A last mechanism by which guest-host interactions can control release of molecules is through inclusion effects of therapeutics with macrocycles anchored to a polymer backbone (Figure 3.4E). Several groups have investigated covalently crosslinked hydrogels containing CD pendant groups to provide sustained release of small molecules.104-109 In one example, the von Recum group developed polyurethane
gels containing CD as device coatings for the controlled release of numerous antibiotics.110 Work from our own group has also explored CD retentive effects for
controlled release of small molecules including doxorubicin, doxycycline, and peptides containing tryptophan residues, from guest-host assembled networks, leveraging these
interactions to provide materials that are simultaneously injectable and exhibit sustained release properties.109 These systems provide tunable small molecule release through the
engineering of host content, as well as the guest affinity for the host included in the network.

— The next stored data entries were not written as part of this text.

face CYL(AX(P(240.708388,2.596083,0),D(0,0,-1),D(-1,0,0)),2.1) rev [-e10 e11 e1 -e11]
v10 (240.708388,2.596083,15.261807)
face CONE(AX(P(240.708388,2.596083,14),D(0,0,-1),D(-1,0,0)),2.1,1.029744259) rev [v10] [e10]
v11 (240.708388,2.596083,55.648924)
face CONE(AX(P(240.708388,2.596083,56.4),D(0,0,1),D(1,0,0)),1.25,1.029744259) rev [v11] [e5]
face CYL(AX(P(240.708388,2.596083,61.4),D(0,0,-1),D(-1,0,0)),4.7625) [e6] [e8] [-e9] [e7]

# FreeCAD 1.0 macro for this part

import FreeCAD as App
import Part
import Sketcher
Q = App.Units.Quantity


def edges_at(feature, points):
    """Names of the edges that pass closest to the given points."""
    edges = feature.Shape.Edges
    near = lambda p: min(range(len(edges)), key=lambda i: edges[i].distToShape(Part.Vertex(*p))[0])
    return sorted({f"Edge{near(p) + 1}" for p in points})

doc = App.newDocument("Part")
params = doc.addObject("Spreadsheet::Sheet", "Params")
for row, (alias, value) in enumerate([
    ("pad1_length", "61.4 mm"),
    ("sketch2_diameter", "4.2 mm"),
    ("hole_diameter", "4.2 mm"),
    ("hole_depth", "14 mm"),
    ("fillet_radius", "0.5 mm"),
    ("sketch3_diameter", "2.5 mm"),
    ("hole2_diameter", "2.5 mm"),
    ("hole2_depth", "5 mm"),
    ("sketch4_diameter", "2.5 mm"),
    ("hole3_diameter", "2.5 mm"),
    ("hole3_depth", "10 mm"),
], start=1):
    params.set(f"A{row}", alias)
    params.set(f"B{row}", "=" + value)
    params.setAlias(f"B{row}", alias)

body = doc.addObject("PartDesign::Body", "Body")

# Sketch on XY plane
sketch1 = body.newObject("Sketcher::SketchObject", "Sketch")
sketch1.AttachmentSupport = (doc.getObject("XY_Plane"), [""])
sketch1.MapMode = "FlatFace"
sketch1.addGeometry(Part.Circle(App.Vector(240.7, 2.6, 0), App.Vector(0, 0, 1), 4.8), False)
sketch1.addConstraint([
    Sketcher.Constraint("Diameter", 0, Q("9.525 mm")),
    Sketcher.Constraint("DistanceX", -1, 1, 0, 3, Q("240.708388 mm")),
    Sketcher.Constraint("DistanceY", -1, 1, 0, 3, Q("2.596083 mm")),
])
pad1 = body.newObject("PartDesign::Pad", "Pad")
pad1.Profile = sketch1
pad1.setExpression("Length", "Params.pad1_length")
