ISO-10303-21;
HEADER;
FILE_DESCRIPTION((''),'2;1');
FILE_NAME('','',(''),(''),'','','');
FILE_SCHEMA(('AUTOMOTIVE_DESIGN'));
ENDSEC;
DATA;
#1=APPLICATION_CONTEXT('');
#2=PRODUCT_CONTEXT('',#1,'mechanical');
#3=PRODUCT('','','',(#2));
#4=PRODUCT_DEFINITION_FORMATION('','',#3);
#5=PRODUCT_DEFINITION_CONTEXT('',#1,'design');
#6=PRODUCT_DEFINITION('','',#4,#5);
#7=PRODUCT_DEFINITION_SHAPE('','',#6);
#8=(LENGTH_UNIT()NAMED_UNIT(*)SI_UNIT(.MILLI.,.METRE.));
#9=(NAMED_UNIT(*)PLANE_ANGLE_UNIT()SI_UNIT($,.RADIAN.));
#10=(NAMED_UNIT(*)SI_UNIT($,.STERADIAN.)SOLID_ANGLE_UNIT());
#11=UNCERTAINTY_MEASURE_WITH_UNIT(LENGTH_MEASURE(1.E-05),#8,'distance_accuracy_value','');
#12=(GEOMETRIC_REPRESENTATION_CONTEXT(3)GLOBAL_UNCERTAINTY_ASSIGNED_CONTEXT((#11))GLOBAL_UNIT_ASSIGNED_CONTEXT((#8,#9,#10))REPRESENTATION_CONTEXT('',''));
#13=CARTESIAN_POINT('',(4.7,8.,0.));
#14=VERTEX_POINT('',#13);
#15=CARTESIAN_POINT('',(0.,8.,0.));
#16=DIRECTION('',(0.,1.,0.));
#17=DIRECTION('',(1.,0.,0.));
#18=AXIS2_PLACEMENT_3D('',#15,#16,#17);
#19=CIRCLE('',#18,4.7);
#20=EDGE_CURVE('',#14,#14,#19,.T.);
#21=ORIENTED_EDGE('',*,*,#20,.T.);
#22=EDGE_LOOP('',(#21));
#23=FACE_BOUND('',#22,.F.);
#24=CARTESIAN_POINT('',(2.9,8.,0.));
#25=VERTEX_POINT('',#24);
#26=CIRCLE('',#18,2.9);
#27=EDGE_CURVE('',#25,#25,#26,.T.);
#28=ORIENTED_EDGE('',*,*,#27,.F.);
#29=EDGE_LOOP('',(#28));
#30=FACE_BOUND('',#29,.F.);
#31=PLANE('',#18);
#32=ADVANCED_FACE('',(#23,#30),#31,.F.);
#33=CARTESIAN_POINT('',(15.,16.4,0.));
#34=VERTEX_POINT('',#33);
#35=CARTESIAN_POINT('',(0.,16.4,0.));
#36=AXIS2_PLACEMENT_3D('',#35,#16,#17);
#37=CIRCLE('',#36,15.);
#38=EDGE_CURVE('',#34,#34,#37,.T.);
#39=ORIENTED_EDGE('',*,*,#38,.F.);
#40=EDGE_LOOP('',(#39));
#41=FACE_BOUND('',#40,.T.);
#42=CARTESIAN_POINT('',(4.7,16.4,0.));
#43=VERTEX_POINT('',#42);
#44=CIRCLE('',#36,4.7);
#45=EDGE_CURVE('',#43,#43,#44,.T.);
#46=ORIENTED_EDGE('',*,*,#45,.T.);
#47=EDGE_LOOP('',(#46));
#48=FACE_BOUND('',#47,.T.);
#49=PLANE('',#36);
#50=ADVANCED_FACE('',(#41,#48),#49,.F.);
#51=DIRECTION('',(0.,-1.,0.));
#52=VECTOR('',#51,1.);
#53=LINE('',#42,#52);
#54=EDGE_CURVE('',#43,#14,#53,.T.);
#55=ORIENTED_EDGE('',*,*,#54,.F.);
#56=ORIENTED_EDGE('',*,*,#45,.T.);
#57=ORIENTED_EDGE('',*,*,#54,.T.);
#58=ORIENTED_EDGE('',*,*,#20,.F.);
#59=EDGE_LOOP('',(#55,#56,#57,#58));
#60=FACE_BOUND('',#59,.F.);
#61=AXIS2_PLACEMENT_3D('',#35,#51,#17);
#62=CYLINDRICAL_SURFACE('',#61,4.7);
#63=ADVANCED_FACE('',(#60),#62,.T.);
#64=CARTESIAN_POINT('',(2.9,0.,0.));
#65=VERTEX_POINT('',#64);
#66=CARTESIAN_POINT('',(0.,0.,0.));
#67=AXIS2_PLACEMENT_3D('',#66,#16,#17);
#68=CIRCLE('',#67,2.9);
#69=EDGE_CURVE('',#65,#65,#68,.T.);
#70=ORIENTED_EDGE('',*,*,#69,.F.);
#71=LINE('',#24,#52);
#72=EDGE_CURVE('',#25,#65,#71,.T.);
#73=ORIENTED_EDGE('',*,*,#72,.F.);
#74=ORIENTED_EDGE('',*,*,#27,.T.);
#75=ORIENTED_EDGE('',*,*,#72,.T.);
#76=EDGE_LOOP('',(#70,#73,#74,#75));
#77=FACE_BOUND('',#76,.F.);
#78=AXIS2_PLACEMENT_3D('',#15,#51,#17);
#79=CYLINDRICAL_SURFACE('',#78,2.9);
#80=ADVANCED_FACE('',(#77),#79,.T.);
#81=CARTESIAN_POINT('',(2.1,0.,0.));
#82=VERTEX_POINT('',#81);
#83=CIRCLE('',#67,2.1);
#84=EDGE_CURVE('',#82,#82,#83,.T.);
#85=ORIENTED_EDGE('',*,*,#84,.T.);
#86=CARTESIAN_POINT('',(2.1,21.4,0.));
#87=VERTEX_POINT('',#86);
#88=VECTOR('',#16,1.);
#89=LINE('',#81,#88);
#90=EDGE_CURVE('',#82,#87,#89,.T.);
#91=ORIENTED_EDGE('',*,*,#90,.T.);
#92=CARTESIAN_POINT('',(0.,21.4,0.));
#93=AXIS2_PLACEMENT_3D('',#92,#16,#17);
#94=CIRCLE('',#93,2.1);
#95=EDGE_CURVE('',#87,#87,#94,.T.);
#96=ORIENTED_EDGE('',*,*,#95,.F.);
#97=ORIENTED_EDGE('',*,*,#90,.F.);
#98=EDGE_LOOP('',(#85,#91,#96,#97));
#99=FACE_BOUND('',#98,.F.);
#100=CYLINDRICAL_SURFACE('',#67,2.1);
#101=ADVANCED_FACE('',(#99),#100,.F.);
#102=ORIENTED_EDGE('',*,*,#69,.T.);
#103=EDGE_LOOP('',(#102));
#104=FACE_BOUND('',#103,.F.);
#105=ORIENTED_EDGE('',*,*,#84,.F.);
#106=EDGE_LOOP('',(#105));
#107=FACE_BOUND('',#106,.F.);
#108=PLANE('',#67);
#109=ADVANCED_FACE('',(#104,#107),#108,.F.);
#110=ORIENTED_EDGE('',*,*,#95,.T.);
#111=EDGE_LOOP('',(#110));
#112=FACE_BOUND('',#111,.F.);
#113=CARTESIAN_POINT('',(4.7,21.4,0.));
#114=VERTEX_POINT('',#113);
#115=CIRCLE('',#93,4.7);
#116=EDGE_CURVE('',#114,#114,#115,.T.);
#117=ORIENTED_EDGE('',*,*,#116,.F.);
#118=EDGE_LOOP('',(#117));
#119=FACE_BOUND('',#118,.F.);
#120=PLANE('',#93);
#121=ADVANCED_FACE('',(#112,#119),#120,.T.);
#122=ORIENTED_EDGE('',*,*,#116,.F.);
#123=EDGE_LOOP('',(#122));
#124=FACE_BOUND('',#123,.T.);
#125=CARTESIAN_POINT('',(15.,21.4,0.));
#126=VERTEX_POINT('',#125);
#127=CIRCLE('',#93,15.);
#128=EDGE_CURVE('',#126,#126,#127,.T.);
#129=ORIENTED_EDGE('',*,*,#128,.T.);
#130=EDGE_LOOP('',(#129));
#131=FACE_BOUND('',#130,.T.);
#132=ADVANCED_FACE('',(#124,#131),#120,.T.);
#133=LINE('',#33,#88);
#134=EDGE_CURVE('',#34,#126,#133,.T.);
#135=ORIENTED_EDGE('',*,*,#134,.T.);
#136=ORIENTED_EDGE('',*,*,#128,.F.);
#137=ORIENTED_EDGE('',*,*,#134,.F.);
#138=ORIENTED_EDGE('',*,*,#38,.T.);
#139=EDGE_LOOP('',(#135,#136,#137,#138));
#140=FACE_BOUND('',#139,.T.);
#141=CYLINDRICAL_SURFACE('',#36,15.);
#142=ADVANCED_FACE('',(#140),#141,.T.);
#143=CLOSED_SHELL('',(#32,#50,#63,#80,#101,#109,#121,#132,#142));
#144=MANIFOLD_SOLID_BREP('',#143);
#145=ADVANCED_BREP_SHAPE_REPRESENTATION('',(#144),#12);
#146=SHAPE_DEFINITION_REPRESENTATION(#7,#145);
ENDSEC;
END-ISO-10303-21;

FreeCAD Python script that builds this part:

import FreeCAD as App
import Part
import Sketcher


def add_polygon(sketch, points):
    """Adds a closed chain of lines whose ends are joined by coincident constraints."""
    first, n = sketch.GeometryCount, len(points)
    for a, b in zip(points, points[1:] + points[:1]):
        sketch.addGeometry(Part.LineSegment(App.Vector(*a, 0), App.Vector(*b, 0)), False)
    for i in range(n):
        sketch.addConstraint(Sketcher.Constraint("Coincident", first + i, 2, first + (i + 1) % n, 1))

doc = App.newDocument("Part")
body = doc.addObject("PartDesign::Body", "Body")

# Sketch on XY plane
sketch1 = body.newObject("Sketcher::SketchObject", "Sketch")
sketch1.AttachmentSupport = (doc.getObject("XY_Plane"), [""])
sketch1.MapMode = "FlatFace"
add_polygon(sketch1, [(2.1, 21.4), (2.1, 0), (2.9, 0), (2.9, 8), (4.7, 8), (4.7, 16.4), (15, 16.4), (15, 21.4)])  # lines 0-7
sketch1.addConstraint(Sketcher.Constraint("Vertical", 0))
sketch1.addConstraint(Sketcher.Constraint("Horizontal", 1))
sketch1.addConstraint(Sketcher.Constraint("Vertical", 2))
sketch1.addConstraint(Sketcher.Constraint("Horizontal", 3))
sketch1.addConstraint(Sketcher.Constraint("Vertical", 4))
sketch1.addConstraint(Sketcher.Constraint("Horizontal", 5))
sketch1.addConstraint(Sketcher.Constraint("Vertical", 6))
sketch1.addConstraint(Sketcher.Constraint("Horizontal", 7))
sketch1.addConstraint(Sketcher.Constraint("PointOnObject", 0, 2, -1))
sketch1.addConstraint(Sketcher.Constraint("DistanceY", 2, 1, 2, 2, 8.0))
sketch1.addConstraint(Sketcher.Constraint("DistanceY", 6, 1, 6, 2, 5.0))
sketch1.addConstraint(Sketcher.Constraint("DistanceX", -1, 1, 5, 2, 15.0))
sketch1.addConstraint(Sketcher.Constraint("DistanceX", -1, 1, 0, 2, 2.1))
sketch1.addConstraint(Sketcher.Constraint("DistanceX", -1, 1, 1, 2, 2.9))
sketch1.addConstraint(Sketcher.Constraint("DistanceX", -1, 1, 3, 2, 4.7))
sketch1.addConstraint(Sketcher.Constraint("DistanceY", -1, 1, 4, 2, 16.4))
revolution = body.newObject("PartDesign::Revolution", "Revolution")
revolution.Profile = sketch1
revolution.ReferenceAxis = (sketch1, ["V_Axis"])
revolution.Angle = 360

doc.recompute()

Figure 3.4. Guest-host interactions in drug delivery systems. Guest-host chemistry
may be used for direct, non-covalent modification of drug molecules with targeting ligands (A), to provide non-covalent modification of nanoparticle drug carriers with targeting or stealth ligands (B), and to impart molecular carrier functionality to nanoparticles (C). Furthermore, in hydrogel systems, guest-host chemistry may be used to tune crosslinks in hydrogels for the diffusive release of biomacromolecular therapeutics (D) or to promote retention of small molecule therapeutics within the hydrogel (E).